I am aware that the consequences and anomalies to which I have referred might be avoided, not by treating secs. 332 to 338 as inapplicable to the extent to which express counts under sec. 311 cover the same ground, but by treating sec. 311 as inapplicable to crimes falling under secs. 332 to 338. But having regard to the position, the nature and the purpose of the respective provisions to which I deny a cumulative operation, the more reasonable reconciliation and that most likely to accord with the intention of the legislation appears to me to be that which I have adopted. It means that the indictment should not be understood as tacitly or impliedly charging in one count the commission of specific crimes which it expressly charges in other counts. No doubt the indictment against the prisoner does not mean to do so, and the interpretation of the indictment itself might be enough to answer the prisoner's contention. For if the indictment means that the alternative crime of receiving is excluded from the first count and that meaning is operative, then the prisoner was never in peril upon that count of a conviction of receiving. But it might well be a question whether the indictment could receive its intended operation unless some such interpretation as I have given to the relevant provisions is placed upon them.

Again, the meaning of the verdict or answer returned by the jury to the court accords with the interpretation I have placed on the indictment and upon the legislation. Considered as a whole, the jury's answer to the counts of the indictment means that the jury were unable to say whether or no the prisoner was guilty of the receiving made the subject of the third count, but that he was not guilty of stealing or of the receiving the subject of the second count. Thus, properly construed, the verdict did not assume to acquit the prisoner of the receiving which, according to his contention, should or might have been inquired into under the first count. If, contrary to the view I have expressed, he was on that count in peril of conviction for the receiving in question, he was not delivered. But the truth is that, in meaning, the verdict, the indictment and the legislation all accord.

I think that the appeal should be allowed, the order of the Supreme Court discharged, the verdict of acquittal on the issue joined upon the special plea in writing should be set aside and in lieu thereof a verdict entered on such issue for the Crown.

Appeal allowed. Order of the Court of Criminal Appeal discharged.
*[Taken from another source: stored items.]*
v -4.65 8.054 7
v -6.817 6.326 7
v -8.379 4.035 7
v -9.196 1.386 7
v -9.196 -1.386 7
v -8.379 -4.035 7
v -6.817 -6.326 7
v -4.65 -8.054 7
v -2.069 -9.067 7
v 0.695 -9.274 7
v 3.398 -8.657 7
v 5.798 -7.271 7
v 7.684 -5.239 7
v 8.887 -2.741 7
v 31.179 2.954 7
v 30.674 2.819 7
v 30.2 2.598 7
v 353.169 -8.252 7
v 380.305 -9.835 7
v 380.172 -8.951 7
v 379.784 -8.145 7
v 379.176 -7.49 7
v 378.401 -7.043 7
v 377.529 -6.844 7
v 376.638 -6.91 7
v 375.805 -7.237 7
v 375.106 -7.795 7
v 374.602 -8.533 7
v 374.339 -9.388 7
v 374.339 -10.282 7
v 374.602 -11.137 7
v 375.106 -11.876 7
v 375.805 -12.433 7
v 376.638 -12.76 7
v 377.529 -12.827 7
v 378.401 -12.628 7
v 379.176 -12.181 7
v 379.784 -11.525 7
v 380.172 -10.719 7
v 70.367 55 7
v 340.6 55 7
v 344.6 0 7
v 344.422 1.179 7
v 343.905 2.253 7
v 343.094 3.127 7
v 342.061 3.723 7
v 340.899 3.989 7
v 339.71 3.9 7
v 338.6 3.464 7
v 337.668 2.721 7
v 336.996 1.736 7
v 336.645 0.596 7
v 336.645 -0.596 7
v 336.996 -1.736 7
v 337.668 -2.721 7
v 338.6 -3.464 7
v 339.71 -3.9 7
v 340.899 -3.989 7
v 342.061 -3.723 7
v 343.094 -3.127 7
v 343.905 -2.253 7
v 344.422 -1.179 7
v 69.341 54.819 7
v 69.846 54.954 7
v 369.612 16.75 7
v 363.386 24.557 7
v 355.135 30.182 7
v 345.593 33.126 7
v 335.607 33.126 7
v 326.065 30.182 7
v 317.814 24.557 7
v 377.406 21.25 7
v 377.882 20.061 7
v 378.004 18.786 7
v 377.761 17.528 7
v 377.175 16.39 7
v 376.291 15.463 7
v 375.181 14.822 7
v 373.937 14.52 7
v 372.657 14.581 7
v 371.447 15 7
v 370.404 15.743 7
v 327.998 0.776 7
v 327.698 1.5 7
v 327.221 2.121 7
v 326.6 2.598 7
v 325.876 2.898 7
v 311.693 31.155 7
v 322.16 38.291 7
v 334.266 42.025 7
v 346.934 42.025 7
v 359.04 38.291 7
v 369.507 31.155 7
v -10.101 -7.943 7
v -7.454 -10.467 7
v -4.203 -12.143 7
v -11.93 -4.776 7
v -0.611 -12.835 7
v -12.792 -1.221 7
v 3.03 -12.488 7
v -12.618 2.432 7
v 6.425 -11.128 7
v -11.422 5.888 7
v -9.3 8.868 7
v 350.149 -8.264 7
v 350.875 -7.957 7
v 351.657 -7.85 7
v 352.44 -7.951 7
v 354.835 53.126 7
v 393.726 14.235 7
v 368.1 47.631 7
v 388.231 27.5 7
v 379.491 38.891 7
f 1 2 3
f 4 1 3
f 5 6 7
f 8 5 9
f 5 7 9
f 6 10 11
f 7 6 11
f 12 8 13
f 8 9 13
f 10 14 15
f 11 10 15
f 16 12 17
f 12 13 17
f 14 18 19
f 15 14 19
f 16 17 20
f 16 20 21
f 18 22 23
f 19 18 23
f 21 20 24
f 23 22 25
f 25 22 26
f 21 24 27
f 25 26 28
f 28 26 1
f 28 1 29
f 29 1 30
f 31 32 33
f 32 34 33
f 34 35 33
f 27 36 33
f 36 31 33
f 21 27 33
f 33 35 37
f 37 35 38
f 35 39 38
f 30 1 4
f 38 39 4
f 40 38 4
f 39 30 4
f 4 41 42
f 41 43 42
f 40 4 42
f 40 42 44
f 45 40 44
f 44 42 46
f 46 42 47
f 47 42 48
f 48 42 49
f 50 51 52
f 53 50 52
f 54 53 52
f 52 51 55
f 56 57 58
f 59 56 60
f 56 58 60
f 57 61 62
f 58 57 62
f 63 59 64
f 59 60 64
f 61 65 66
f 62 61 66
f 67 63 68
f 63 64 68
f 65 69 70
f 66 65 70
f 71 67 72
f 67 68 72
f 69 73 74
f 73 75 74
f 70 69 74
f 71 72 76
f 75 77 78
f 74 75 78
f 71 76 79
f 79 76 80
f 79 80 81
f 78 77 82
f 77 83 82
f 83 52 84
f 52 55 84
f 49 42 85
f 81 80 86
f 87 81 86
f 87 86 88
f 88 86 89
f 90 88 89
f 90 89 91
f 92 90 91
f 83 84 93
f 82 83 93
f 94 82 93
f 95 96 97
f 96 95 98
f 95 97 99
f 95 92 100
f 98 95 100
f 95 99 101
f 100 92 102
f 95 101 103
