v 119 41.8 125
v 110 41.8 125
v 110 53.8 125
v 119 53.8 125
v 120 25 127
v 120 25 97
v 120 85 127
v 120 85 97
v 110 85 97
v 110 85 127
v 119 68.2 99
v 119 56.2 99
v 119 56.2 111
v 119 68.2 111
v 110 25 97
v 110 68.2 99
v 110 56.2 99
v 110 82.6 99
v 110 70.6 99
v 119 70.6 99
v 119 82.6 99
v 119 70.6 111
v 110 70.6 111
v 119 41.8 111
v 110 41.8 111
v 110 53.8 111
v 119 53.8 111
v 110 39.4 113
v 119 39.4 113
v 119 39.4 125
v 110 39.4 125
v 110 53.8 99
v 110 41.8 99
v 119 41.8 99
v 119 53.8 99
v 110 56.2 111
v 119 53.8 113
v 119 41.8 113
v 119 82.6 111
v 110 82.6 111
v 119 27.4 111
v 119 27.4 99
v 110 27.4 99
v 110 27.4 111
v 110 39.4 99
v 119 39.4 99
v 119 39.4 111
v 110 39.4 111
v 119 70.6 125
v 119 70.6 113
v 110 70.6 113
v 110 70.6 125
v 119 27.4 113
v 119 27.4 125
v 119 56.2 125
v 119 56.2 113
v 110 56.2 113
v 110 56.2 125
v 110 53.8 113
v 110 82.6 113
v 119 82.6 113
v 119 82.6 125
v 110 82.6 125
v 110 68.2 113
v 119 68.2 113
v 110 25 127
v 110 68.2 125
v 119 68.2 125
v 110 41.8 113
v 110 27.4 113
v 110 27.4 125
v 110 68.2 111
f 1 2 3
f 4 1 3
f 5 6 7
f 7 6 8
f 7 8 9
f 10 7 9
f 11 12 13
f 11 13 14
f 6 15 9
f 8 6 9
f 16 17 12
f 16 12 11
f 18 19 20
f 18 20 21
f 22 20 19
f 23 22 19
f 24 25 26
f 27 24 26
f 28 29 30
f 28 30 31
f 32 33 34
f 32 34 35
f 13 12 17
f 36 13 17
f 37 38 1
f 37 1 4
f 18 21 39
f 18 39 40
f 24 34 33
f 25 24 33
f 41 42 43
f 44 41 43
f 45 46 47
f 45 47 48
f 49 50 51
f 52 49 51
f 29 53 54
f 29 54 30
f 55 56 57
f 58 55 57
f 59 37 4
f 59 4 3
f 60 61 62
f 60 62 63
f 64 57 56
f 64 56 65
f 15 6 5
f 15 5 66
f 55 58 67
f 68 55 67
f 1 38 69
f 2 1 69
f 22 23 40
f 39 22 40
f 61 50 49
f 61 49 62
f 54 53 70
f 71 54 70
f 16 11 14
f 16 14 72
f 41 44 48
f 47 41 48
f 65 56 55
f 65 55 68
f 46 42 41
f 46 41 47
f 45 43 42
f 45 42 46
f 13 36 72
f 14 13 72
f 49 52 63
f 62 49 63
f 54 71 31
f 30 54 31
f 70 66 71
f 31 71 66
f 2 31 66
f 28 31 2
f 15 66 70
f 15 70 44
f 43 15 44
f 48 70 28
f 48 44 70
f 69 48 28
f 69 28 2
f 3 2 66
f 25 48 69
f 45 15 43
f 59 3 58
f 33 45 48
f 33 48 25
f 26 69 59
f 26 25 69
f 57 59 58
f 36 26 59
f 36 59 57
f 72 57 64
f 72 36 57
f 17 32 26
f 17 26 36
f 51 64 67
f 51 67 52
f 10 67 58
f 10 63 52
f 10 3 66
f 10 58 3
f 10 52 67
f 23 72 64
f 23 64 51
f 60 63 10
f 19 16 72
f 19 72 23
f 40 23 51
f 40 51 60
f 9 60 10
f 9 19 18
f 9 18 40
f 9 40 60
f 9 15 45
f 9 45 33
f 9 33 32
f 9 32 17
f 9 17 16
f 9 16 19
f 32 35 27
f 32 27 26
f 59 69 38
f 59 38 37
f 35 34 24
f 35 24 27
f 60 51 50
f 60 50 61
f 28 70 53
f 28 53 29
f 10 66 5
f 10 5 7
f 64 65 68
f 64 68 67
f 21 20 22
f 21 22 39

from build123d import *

# Parameters (mm, degrees)
BOX015_W               = 12
BOX015_H               = 10
BOX015_DEPTH           = 12
ARRAY001_X_COUNT       = 4
ARRAY001_X_PITCH       = 14.4
ARRAY001_Z_COUNT       = 2
ARRAY001_Z_PITCH       = 14
BOX014_W               = 60
BOX014_H               = 10
BOX014_DEPTH           = 30
CUT002_PLACEMENT_ANGLE = 90


with BuildPart() as matriz_huecos_libreria_baja:
    # Box015 → Box015 (new body)
    with BuildSketch(Plane.XY):
        with Locations((6, 5)):
            Rectangle(BOX015_W, BOX015_H)
    extrude(amount=BOX015_DEPTH)

    # Array001 X: Matriz huecos libreria baja ×4


with BuildPart() as matriz_huecos_libreria_baja_1:
    add(matriz_huecos_libreria_baja.part)
    with Locations(*[(i * ARRAY001_X_PITCH, 0, 0) for i in range(1, ARRAY001_X_COUNT)]):
        add(matriz_huecos_libreria_baja.part)

    # Array001 Z: Matriz huecos libreria baja ×2


with BuildPart() as matriz_huecos_libreria_baja_2:
    add(matriz_huecos_libreria_baja_1.part)
    with Locations(*[(0, 0, i * ARRAY001_Z_PITCH) for i in range(1, ARRAY001_Z_COUNT)]):
        add(matriz_huecos_libreria_baja_1.part)


with BuildPart() as matriz_huecos_libreria_baja_3:
    # Array001 placement: moved
    add(matriz_huecos_libreria_baja_2.part.moved(Location((27.4, 91, 2))))


with BuildPart() as libreria_baja_dormitorio:
    # Box014 → Box014 (new body)
    with BuildSketch(Plane(origin=(25, 90, 0), x_dir=(1, 0, 0), z_dir=(0, 0, 1))):
        with Locations((30, 5)):
            Rectangle(BOX014_W, BOX014_H)
    extrude(amount=BOX014_DEPTH)

    # Cut002: cut Matriz huecos libreria baja
    add(matriz_huecos_libreria_baja_3.part, mode=Mode.SUBTRACT)


with BuildPart() as libreria_baja_dormitorio_1:
    # Cut002 placement: moved
    add(libreria_baja_dormitorio.part.moved(Location((210, 0, 97))).rotate(Axis((210, 0, 97), (0, 0, 1)), CUT002_PLACEMENT_ANGLE))


solid = libreria_baja_dormitorio_1.part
In lieu order that the appeal of the Attorney-General to the Court of Criminal Appeal from the verdict and judgment of acquittal on the third count be allowed and such verdict and judgment set aside. Order that verdict be entered for the appellant on the issues joined upon the special pleas in writing filed by the respondent to the third count. Respondent remanded for trial on the third count to the sittings of the Supreme Court at Hobart in its criminal jurisdiction. Appellant to pay respondent's costs of appeal.

Solicitor for the appellant, H. M. Brettingham-Moore, Crown Solicitor for Tasmania, by J. E. Clark, Crown Solicitor for New South Wales.

Solicitors for the respondent, Crisp, Wright & Hodgman, by J. W. Maund & Kelynack.

[1] (1855) 7 Cox C.C. 85.

[2] (1911) 2 K.B. 1095.

[3] (1911) 2 K.B., at p. 1101.

[4] (1911) 2 K.B. 1095.

[5] (1916) 1 K.B., at p. 449.

[6] (1851) 5 Cox C.C. 20, at p. 89.

[7] (1896) 60 J.P. 809; 13 T.L.R. 70.